I acquired this bike this week, but I wasn't in the market for one.  I was selling my lightweight Cannondale on CraigsList when I merely checked how the ad looked and discovered this one a few lines below my ad.  It has been painted over, among other things but I plan on restoring it as my winter project.  The chain still moves freely although it is dying for some oil, the brakes still work, and the seat is really comfortable.  I would like to find new leather and keep the metal seat frame.  Does anyone sell those?  I was told by an upholsterer to try a shoe repair store, as they could match the stitching.  Has anyone tried the Menotomy Mixture for general cleaning?  Where can one get whitewalls?  I would like to remove the rusting/pitting with a wire brush and sand it.  What kind or brand of paint is most suitable to get the original color/finish?  Also the fenders are aluminum - any good cleaner for that?  I have ordered some books, but they haven't arrived yet. Thank you in advance for your help!


----------



## whimcycle (Oct 1, 2009)

*Aluminum Polish*

I find that Mothers Aluminum Mag polish works well,it also works on chrome nickel and brass.


----------



## billybob (Oct 2, 2009)

*Alum. Mag. cleaner*

Alum. Mag.
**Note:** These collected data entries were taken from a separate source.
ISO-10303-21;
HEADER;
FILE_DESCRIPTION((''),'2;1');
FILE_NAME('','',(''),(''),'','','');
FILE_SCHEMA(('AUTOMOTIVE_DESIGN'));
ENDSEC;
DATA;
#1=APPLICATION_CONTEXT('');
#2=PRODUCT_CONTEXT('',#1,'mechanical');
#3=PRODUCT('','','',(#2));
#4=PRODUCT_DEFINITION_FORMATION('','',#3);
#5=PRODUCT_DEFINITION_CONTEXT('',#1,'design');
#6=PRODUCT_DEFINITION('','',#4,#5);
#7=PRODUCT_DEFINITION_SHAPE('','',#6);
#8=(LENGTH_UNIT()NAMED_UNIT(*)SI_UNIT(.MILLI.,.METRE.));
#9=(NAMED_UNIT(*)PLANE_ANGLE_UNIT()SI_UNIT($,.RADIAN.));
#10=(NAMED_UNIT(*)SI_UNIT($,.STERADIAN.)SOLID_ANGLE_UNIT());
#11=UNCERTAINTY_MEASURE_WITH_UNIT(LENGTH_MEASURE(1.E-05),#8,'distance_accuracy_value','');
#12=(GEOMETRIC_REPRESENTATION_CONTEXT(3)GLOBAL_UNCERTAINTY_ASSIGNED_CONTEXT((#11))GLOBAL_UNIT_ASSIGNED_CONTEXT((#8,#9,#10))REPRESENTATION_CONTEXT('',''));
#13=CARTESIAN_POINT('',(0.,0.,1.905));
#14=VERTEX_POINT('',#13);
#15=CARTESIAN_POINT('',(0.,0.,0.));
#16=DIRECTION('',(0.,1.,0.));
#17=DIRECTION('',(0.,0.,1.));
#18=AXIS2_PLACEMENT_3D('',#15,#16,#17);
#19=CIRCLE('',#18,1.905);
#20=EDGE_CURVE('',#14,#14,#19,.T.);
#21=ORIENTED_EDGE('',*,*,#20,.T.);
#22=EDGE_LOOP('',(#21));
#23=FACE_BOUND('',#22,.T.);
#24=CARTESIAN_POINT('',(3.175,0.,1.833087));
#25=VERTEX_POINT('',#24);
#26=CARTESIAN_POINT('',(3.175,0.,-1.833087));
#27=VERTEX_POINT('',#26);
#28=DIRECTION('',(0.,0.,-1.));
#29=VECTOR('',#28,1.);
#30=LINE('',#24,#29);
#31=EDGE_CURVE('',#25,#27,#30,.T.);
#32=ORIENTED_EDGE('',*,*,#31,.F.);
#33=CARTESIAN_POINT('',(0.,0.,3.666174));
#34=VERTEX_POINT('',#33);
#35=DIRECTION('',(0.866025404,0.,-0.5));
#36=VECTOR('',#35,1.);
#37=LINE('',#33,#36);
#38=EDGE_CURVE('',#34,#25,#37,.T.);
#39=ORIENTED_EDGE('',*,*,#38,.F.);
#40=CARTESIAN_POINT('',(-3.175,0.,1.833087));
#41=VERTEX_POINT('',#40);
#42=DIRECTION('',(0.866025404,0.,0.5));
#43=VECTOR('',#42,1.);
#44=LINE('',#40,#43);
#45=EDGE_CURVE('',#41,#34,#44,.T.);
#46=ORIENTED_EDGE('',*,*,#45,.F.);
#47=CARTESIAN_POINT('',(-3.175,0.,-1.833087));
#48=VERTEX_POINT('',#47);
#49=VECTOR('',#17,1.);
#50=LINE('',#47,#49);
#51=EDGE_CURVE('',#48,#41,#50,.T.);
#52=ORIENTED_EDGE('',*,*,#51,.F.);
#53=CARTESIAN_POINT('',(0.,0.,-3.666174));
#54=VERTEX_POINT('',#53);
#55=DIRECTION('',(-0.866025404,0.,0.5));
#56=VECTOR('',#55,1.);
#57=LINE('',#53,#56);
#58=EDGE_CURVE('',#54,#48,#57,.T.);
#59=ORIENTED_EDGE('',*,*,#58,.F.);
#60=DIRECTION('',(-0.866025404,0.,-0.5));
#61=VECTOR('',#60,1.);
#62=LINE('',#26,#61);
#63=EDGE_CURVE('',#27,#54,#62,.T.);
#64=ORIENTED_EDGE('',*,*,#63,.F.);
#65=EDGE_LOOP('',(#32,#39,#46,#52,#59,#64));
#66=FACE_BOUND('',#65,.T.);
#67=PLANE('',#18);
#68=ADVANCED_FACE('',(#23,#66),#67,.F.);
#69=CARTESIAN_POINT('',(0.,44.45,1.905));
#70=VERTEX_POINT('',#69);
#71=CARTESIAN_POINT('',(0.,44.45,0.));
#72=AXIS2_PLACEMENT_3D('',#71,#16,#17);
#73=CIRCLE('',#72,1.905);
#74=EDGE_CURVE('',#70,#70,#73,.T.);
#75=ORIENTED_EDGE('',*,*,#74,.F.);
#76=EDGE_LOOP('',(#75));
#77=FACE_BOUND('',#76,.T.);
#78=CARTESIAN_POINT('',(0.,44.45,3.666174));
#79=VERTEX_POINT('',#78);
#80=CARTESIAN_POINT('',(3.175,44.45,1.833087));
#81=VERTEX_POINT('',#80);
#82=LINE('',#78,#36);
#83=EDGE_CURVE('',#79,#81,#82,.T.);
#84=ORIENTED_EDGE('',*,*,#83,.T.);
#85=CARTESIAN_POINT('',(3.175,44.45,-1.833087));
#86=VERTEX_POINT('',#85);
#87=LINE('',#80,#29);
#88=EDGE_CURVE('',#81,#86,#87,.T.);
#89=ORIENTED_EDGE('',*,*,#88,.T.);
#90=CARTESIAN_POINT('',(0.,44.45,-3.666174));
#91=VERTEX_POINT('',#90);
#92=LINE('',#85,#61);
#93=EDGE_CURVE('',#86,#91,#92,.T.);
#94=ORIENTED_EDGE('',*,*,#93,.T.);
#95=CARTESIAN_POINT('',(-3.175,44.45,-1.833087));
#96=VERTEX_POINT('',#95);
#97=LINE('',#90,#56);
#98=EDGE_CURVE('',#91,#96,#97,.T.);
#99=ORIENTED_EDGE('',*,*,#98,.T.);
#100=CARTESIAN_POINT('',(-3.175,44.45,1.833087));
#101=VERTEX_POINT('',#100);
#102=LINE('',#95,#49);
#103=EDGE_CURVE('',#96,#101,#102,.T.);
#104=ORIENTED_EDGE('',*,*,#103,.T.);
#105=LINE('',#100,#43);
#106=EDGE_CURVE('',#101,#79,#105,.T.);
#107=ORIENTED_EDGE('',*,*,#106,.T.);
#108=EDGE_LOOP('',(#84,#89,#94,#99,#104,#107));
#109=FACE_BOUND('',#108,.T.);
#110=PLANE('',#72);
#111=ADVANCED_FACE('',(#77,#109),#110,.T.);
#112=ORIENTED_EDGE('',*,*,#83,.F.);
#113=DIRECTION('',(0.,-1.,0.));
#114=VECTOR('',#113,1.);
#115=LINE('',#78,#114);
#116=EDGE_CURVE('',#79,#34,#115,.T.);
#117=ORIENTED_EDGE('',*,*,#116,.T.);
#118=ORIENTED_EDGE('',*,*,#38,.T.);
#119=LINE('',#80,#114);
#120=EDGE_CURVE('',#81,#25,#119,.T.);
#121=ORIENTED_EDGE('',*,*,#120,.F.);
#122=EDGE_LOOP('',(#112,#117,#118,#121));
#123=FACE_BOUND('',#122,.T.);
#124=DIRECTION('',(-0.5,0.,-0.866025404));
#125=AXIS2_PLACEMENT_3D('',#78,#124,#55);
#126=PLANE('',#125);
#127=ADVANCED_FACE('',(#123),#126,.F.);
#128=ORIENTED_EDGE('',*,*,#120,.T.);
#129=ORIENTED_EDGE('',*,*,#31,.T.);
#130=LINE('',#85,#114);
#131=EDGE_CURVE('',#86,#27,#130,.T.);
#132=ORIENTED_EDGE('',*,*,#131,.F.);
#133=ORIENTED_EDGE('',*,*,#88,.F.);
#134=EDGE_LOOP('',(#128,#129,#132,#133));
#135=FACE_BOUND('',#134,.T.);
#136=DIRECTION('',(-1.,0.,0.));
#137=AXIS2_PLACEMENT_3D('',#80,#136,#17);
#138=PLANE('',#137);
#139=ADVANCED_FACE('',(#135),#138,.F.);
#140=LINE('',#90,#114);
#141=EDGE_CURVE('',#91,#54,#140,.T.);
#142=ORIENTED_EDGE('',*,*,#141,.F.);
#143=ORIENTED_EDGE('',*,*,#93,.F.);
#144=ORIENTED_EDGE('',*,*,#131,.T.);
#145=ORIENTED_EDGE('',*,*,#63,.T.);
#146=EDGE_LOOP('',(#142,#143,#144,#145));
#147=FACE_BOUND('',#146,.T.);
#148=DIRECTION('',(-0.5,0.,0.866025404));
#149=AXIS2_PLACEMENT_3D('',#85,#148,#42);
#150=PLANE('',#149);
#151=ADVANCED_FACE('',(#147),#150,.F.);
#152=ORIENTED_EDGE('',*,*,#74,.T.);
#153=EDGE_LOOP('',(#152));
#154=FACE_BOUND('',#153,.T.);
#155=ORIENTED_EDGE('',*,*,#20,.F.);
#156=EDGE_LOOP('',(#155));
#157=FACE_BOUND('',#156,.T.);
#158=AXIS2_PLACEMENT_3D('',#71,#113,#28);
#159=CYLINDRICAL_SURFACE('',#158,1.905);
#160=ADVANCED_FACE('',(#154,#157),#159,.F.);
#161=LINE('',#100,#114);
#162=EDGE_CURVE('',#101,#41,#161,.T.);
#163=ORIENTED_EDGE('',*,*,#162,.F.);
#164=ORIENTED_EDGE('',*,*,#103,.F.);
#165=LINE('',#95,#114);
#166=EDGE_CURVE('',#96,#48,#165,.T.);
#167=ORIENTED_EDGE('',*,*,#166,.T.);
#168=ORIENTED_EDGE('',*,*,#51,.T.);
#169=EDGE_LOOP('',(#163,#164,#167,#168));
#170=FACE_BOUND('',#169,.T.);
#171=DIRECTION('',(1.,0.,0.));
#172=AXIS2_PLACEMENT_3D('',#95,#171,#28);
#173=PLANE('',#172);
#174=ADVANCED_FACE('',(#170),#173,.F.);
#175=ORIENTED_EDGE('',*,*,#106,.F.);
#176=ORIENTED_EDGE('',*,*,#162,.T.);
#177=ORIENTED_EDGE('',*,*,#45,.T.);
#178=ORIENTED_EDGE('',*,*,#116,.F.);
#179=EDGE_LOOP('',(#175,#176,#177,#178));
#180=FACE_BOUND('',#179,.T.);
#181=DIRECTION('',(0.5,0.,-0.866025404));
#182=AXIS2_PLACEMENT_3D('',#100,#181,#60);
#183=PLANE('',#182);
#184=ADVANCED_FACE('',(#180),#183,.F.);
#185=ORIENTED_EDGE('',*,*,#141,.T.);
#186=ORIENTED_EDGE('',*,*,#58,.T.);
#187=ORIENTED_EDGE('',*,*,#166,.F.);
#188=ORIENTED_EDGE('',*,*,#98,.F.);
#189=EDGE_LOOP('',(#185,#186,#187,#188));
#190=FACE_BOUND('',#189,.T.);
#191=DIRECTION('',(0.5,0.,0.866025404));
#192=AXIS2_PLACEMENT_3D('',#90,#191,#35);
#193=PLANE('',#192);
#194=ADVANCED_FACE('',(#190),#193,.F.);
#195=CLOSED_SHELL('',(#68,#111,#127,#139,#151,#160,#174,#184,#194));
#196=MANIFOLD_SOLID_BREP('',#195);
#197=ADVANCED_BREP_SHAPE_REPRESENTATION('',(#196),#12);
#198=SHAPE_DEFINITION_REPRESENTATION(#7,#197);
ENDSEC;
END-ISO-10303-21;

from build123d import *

# Parameters (mm, degrees)
SKETCH1_R           = 1.905
BOSS_EXTRUDE1_DEPTH = 44.45


with BuildPart() as part:
    # Sketch1 → Boss-Extrude1 (new body)
    with BuildSketch(Plane(origin=(0, 0, 0), x_dir=(1, 0, 0), z_dir=(0, 1, 0))):
        Polygon((0, -3.666174209), (3.175, -1.833087105), (3.175, 1.833087105), (0, 3.666174209), (-3.175, 1.833087105), (-3.175, -1.833087105), align=None)
        Circle(SKETCH1_R, mode=Mode.SUBTRACT)
    extrude(amount=BOSS_EXTRUDE1_DEPTH)


solid = part.part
Cleaner - Good thinkin' Lincoln!  Thanks!


----------



## kawilliams (Oct 2, 2009)

Some stuff called Wenol is the best thing since sliced bread, I do metal polishing and I use it a lot.  http://www.wenol.com/index.htm


----------



## circa1939 (Oct 4, 2009)

I do believe I have the woman's version of this I picked up at a flea market for my wife.  Need the decals for it,.. just cant seem to find them??!!


----------



## cyclonecoaster.com (Oct 8, 2009)

*Say NO to the WIRE BRUSH & SAND PAPER*

*You will damage the bike, the paint, & cause more headache by using a wire brush and or sand paper* -- *Original paint* always keeps the value up more than repainting a bicycle *UNLESS it is a complete basket case* -- you will spend more time & money than you can eventually resell it for in most cases -- *The paint* can be cleaned using 0000 Steel Wool & WD-40 to get ride of little texture on the paint surface -- if no surface texture is there - then use good 'ol standard *mint toothpaste* ( which is a mild polish )  with a damp soft cotton rag -* MASK OFF ALL PINSTIPES & STAY CLEAR OF ANY DECALS to preserve them* -- I use BLUE PAINTERS TAPE & bring down the stickiness by apply it to my jeans BEFORE I use it on the paint so I don't pull off any loose paint or striping -- Decals I just don't touch -- *Don't "force" any cleaning* - it will damage the bike & parts in most cases - *For Chrome* I use a product called* "Bar Keepers Friend" *(found at LOWES & OSH or even the grocery store) - it comes in a gold paper can with a blue label & is a powder - just use a toothbrush & water with it and patience - if the chrome is peppered with rust or has rust on it - I use a *sharp razor blade* (which I change frequently) flat on the surface I am cleaning working a small area at a time - then bar keepers and rise it off - Aluminum - bar keepers will dull it down - steel wool & WD-40 will smooth it out & a good metal polish will shine it up -- *Whitewall tires* - on eBay or any local bike shop can order them for you -- Good luck & have fun


----------